Provided data:

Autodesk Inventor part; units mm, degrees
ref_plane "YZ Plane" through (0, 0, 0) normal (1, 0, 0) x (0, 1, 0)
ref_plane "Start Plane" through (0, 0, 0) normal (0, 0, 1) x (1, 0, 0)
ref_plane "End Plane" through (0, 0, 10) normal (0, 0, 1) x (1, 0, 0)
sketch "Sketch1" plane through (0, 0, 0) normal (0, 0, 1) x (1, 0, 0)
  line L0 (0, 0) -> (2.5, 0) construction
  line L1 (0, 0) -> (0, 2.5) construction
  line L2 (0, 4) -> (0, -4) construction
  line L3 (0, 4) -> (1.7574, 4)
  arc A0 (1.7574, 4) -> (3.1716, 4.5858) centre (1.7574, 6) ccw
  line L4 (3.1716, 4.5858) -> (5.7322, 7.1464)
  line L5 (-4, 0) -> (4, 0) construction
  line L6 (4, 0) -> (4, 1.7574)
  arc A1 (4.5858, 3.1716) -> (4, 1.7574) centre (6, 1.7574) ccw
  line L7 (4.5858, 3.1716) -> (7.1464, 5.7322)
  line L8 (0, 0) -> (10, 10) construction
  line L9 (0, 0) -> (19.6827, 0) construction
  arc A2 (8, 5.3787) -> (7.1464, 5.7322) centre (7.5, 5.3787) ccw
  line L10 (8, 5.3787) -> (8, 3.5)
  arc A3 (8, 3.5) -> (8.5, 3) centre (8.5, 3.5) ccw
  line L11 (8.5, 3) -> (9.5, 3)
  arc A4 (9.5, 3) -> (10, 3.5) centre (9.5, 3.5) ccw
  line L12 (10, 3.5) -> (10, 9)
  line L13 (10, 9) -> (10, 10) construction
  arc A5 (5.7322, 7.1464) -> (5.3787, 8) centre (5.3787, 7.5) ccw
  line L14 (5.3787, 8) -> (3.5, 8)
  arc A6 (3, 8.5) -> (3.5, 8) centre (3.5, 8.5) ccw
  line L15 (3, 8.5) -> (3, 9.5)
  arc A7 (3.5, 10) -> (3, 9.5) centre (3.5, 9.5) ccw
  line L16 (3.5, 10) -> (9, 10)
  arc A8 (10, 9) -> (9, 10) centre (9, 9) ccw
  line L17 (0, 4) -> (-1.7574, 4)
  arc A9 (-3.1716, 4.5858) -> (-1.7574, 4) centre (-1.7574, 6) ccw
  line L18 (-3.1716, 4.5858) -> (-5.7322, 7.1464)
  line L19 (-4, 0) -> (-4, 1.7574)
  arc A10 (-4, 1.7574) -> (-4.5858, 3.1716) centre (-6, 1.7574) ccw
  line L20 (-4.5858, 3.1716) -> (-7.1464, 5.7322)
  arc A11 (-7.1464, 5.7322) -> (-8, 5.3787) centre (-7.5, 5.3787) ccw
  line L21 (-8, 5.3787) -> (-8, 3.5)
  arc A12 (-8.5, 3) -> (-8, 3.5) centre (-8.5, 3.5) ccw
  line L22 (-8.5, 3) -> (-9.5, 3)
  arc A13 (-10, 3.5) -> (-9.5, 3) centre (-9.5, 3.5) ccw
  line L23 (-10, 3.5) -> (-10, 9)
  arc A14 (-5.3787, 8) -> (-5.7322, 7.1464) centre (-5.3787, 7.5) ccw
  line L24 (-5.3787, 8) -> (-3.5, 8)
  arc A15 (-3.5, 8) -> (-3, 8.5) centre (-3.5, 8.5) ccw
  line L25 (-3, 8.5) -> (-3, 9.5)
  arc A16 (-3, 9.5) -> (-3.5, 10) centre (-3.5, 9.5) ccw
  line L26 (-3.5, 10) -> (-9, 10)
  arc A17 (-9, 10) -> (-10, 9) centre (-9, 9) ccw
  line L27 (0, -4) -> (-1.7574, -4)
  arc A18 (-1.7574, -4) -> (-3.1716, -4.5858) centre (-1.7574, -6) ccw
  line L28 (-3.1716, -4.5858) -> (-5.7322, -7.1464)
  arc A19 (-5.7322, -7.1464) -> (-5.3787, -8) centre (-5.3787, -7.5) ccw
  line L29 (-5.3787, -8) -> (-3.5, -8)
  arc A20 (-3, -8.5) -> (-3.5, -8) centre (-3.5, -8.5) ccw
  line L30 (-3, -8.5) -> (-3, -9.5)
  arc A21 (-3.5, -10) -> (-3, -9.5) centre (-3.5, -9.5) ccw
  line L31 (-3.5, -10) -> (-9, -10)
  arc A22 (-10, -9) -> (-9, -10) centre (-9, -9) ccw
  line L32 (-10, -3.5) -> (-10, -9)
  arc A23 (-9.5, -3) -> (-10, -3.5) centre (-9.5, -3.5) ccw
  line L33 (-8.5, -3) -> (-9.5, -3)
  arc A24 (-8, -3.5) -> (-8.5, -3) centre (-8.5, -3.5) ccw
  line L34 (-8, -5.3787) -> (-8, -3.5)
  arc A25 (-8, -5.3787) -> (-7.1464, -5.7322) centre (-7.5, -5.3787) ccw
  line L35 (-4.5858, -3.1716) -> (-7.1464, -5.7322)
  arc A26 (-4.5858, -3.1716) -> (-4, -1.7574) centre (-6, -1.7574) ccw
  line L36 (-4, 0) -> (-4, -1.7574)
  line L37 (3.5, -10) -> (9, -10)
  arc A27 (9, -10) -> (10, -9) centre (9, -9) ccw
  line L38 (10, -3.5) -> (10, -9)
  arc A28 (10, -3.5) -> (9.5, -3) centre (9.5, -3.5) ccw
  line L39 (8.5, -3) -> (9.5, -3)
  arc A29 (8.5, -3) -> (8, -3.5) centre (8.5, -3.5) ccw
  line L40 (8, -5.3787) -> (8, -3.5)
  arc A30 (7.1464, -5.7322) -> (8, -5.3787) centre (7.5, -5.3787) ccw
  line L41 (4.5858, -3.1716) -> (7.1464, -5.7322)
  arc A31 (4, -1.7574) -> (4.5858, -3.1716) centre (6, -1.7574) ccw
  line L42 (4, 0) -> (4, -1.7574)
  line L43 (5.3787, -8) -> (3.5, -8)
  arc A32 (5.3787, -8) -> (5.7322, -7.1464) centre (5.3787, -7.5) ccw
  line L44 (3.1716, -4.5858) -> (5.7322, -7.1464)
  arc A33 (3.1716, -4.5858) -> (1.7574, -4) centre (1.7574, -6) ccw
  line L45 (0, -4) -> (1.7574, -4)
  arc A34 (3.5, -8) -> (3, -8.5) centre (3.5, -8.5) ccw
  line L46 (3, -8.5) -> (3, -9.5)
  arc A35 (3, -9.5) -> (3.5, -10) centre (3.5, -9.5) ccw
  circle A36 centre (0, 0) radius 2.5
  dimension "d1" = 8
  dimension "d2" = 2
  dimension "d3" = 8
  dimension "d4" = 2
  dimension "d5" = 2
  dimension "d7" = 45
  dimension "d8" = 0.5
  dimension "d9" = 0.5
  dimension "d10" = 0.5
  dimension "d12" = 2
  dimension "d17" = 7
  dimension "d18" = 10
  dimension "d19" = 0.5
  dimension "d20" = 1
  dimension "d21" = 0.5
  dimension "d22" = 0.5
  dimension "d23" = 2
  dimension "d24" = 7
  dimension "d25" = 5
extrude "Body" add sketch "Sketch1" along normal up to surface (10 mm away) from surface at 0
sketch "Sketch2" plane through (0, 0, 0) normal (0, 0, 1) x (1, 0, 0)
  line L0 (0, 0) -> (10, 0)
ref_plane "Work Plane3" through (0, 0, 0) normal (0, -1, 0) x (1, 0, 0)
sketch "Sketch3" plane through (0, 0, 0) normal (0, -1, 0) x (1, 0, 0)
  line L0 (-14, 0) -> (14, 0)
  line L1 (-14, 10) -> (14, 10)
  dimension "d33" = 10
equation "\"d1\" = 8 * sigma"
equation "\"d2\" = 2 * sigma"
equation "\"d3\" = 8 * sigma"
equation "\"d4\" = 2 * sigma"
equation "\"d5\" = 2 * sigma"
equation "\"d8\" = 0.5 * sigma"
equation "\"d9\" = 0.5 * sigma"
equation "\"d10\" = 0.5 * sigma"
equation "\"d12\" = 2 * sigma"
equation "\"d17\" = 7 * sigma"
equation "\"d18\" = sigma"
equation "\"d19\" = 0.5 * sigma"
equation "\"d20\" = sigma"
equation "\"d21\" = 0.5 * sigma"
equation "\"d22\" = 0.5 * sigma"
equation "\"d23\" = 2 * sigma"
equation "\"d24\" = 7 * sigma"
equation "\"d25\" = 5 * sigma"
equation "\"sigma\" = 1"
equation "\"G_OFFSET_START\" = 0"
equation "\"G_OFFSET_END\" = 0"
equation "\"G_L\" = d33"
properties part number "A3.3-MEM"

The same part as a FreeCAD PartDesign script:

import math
import FreeCAD as App
import Part
import Sketcher
from FreeCAD import Vector

doc = App.newDocument("Part")
params = doc.addObject("Spreadsheet::Sheet", "Params")
for row, (alias, value) in enumerate([
    ("sketch1_diameter", "5 mm"),
    ("sketch1_radius", "2 mm"),
    ("sketch1_radius2", "1 mm"),
    ("sketch1_radius3", "0.5 mm"),
    ("sketch1_width", "1 mm"),
    ("pad1_length", "10 mm"),
], start=1):
    params.set(f"A{row}", alias)
    params.set(f"B{row}", "=" + value)
    params.setAlias(f"B{row}", alias)

body = doc.addObject("PartDesign::Body", "Body")

sketch1 = body.newObject("Sketcher::SketchObject", "Sketch")
sketch1.AttachmentSupport = (doc.getObject("XY_Plane"), [""])
sketch1.MapMode = "FlatFace"
sketch1.addGeometry([
    Part.LineSegment(Vector(1.76, 4, 0), Vector(-1.76, 4, 0)),
    Part.ArcOfCircle(Part.Circle(Vector(-1.76, 6, 0), Vector(0, 0, 1), 2), math.radians(-135), math.radians(-90)),
    Part.LineSegment(Vector(-3.17, 4.59, 0), Vector(-5.73, 7.15, 0)),
    Part.ArcOfCircle(Part.Circle(Vector(-5.38, 7.5, 0), Vector(0, 0, 1), 0.5), math.radians(90), math.radians(225)),
    Part.LineSegment(Vector(-5.38, 8, 0), Vector(-3.5, 8, 0)),
    Part.ArcOfCircle(Part.Circle(Vector(-3.5, 8.5, 0), Vector(0, 0, 1), 0.5), math.radians(-90), math.radians(0)),
    Part.LineSegment(Vector(-3, 8.5, 0), Vector(-3, 9.5, 0)),
    Part.ArcOfCircle(Part.Circle(Vector(-3.5, 9.5, 0), Vector(0, 0, 1), 0.5), math.radians(0), math.radians(90)),
    Part.LineSegment(Vector(-3.5, 10, 0), Vector(-9, 10, 0)),
    Part.ArcOfCircle(Part.Circle(Vector(-9, 9, 0), Vector(0, 0, 1), 1), math.radians(90), math.radians(180)),
    Part.LineSegment(Vector(-10, 9, 0), Vector(-10, 3.5, 0)),
    Part.ArcOfCircle(Part.Circle(Vector(-9.5, 3.5, 0), Vector(0, 0, 1), 0.5), math.radians(180), math.radians(270)),
    Part.LineSegment(Vector(-9.5, 3, 0), Vector(-8.5, 3, 0)),
    Part.ArcOfCircle(Part.Circle(Vector(-8.5, 3.5, 0), Vector(0, 0, 1), 0.5), math.radians(-90), math.radians(0)),
    Part.LineSegment(Vector(-8, 3.5, 0), Vector(-8, 5.38, 0)),
    Part.ArcOfCircle(Part.Circle(Vector(-7.5, 5.38, 0), Vector(0, 0, 1), 0.5), math.radians(45), math.radians(180)),
    Part.LineSegment(Vector(-7.15, 5.73, 0), Vector(-4.59, 3.17, 0)),
    Part.ArcOfCircle(Part.Circle(Vector(-6, 1.76, 0), Vector(0, 0, 1), 2), math.radians(0), math.radians(45)),
    Part.LineSegment(Vector(-4, 1.76, 0), Vector(-4, -1.76, 0)),
    Part.ArcOfCircle(Part.Circle(Vector(-6, -1.76, 0), Vector(0, 0, 1), 2), math.radians(-45), math.radians(0)),
    Part.LineSegment(Vector(-4.59, -3.17, 0), Vector(-7.15, -5.73, 0)),
    Part.ArcOfCircle(Part.Circle(Vector(-7.5, -5.38, 0), Vector(0, 0, 1), 0.5), math.radians(180), math.radians(315)),
    Part.LineSegment(Vector(-8, -5.38, 0), Vector(-8, -3.5, 0)),
    Part.ArcOfCircle(Part.Circle(Vector(-8.5, -3.5, 0), Vector(0, 0, 1), 0.5), math.radians(0), math.radians(90)),
    Part.LineSegment(Vector(-8.5, -3, 0), Vector(-9.5, -3, 0)),
    Part.ArcOfCircle(Part.Circle(Vector(-9.5, -3.5, 0), Vector(0, 0, 1), 0.5), math.radians(90), math.radians(180)),
    Part.LineSegment(Vector(-10, -3.5, 0), Vector(-10, -9, 0)),
    Part.ArcOfCircle(Part.Circle(Vector(-9, -9, 0), Vector(0, 0, 1), 1), math.radians(180), math.radians(270)),
    Part.LineSegment(Vector(-9, -10, 0), Vector(-3.5, -10, 0)),
    Part.ArcOfCircle(Part.Circle(Vector(-3.5, -9.5, 0), Vector(0, 0, 1), 0.5), math.radians(-90), math.radians(0)),
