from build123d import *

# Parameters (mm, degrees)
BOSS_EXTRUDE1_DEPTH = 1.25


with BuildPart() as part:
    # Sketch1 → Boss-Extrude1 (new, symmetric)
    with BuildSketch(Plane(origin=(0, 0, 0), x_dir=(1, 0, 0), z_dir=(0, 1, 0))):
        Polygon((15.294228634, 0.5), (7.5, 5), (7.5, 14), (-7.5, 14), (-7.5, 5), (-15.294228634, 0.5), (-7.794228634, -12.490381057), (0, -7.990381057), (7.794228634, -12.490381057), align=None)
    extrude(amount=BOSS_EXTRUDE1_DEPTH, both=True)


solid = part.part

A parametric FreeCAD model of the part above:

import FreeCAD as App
import Part
import Sketcher
Q = App.Units.Quantity


def add_polygon(sketch, points):
    """Adds a closed chain of lines whose ends are joined by coincident constraints."""
    first, n = sketch.GeometryCount, len(points)
    for a, b in zip(points, points[1:] + points[:1]):
        sketch.addGeometry(Part.LineSegment(App.Vector(*a, 0), App.Vector(*b, 0)), False)
    for i in range(n):
        sketch.addConstraint(Sketcher.Constraint("Coincident", first + i, 2, first + (i + 1) % n, 1))

doc = App.newDocument("Part")
body = doc.addObject("PartDesign::Body", "Body")

# Sketch on XZ plane
sketch1 = doc.addObject("Sketcher::SketchObject", "Sketch")
body.addObject(sketch1)
sketch1.AttachmentSupport = (doc.XZ_Plane, [""])
sketch1.MapMode = "FlatFace"
add_polygon(sketch1, [(15, 0), (8, -5), (8, -14), (-8, -14), (-8, -5), (-15, 0), (-8, 12), (0, 8), (8, 12)])  # lines 0-8
sketch1.addConstraint([
    Sketcher.Constraint("Vertical", 1),
    Sketcher.Constraint("Horizontal", 2),
    Sketcher.Constraint("Vertical", 3),
    Sketcher.Constraint("Symmetric", 0, 2, 3, 2, -2),
    Sketcher.Constraint("Symmetric", 5, 2, 7, 2, -2),
    Sketcher.Constraint("Symmetric", 4, 2, 8, 2, -2),
    Sketcher.Constraint("PointOnObject", 6, 2, -2),
    Sketcher.Constraint("Perpendicular", 4, 5),
    Sketcher.Constraint("Perpendicular", 5, 6),
    Sketcher.Constraint("Equal", 4, 6),
    Sketcher.Constraint("DistanceX", 2, 2, 2, 1, 15.0),
    Sketcher.Constraint("DistanceY", 1, 2, 1, 1, 9.0),
    Sketcher.Constraint("Angle", 0, Q("-150 deg")),
    Sketcher.Constraint("Distance", 0, 9.0),
    Sketcher.Constraint("DistanceY", 0, 2, -1, 1, 5.0),
])
pad1 = doc.addObject("PartDesign::Pad", "Pad")
body.addObject(pad1)
pad1.Profile = sketch1
pad1.Length = 2.5
pad1.Midplane = True

doc.recompute()
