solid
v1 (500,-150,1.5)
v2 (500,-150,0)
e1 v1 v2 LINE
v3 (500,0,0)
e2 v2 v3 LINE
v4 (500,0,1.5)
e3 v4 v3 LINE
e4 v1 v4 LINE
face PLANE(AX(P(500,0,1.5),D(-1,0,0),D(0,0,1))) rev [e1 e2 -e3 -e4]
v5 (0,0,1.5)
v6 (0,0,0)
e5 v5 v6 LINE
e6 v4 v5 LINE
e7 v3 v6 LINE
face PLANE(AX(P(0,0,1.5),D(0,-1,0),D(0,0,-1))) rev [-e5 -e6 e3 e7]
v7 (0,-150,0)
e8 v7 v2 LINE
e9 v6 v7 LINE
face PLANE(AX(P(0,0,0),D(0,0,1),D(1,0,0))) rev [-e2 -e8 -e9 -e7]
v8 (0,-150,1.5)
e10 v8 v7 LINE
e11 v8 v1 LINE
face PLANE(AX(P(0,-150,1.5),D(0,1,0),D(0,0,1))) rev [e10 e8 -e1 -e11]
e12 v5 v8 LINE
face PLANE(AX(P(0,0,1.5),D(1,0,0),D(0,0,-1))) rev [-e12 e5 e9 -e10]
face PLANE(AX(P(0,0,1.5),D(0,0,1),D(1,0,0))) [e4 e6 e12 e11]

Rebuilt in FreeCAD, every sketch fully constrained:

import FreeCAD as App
import Part
import Sketcher

V = App.Vector

doc = App.newDocument("Part")
body = doc.addObject("PartDesign::Body", "Body")

# Sketch on XY plane
sketch1 = body.newObject("Sketcher::SketchObject", "Sketch")
sketch1.AttachmentSupport = (doc.getObject("XY_Plane"), [""])
sketch1.MapMode = "FlatFace"
sketch1.addGeometry([
    Part.LineSegment(V(0, 0, 0), V(0, -150, 0)),
    Part.LineSegment(V(0, -150, 0), V(500, -150, 0)),
    Part.LineSegment(V(500, -150, 0), V(500, 0, 0)),
    Part.LineSegment(V(500, 0, 0), V(0, 0, 0)),
], False)
sketch1.addConstraint([
    Sketcher.Constraint("Coincident", 0, 2, 1, 1),
    Sketcher.Constraint("Coincident", 1, 2, 2, 1),
    Sketcher.Constraint("Coincident", 2, 2, 3, 1),
    Sketcher.Constraint("Coincident", 3, 2, 0, 1),
    Sketcher.Constraint("Vertical", 0),
    Sketcher.Constraint("Horizontal", 1),
    Sketcher.Constraint("Vertical", 2),
    Sketcher.Constraint("Horizontal", 3),
    Sketcher.Constraint("Coincident", 3, 2, -1, 1),
    Sketcher.Constraint("DistanceX", 1, 1, 1, 2, 500.0),
    Sketcher.Constraint("DistanceY", 0, 2, 0, 1, 150.0),
])
pad1 = body.newObject("PartDesign::Pad", "Pad")
pad1.Profile = sketch1
pad1.Length = 1.5

doc.recompute()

Your objective:
Word for word, reproduce the listing from its first line through the line that has "line L5 (-4, 0) -> (4, 0) construction" in it, and go no further.

Your response:
Autodesk Inventor part; units mm, degrees
ref_plane "YZ Plane" through (0, 0, 0) normal (1, 0, 0) x (0, 1, 0)
ref_plane "Start Plane" through (0, 0, 0) normal (0, 0, 1) x (1, 0, 0)
ref_plane "End Plane" through (0, 0, 10) normal (0, 0, 1) x (1, 0, 0)
sketch "Sketch1" plane through (0, 0, 0) normal (0, 0, 1) x (1, 0, 0)
  line L0 (0, 0) -> (2.5, 0) construction
  line L1 (0, 0) -> (0, 2.5) construction
  line L2 (0, 4) -> (0, -4) construction
  line L3 (0, 4) -> (1.7574, 4)
  arc A0 (1.7574, 4) -> (3.1716, 4.5858) centre (1.7574, 6) ccw
  line L4 (3.1716, 4.5858) -> (5.7322, 7.1464)
  line L5 (-4, 0) -> (4, 0) construction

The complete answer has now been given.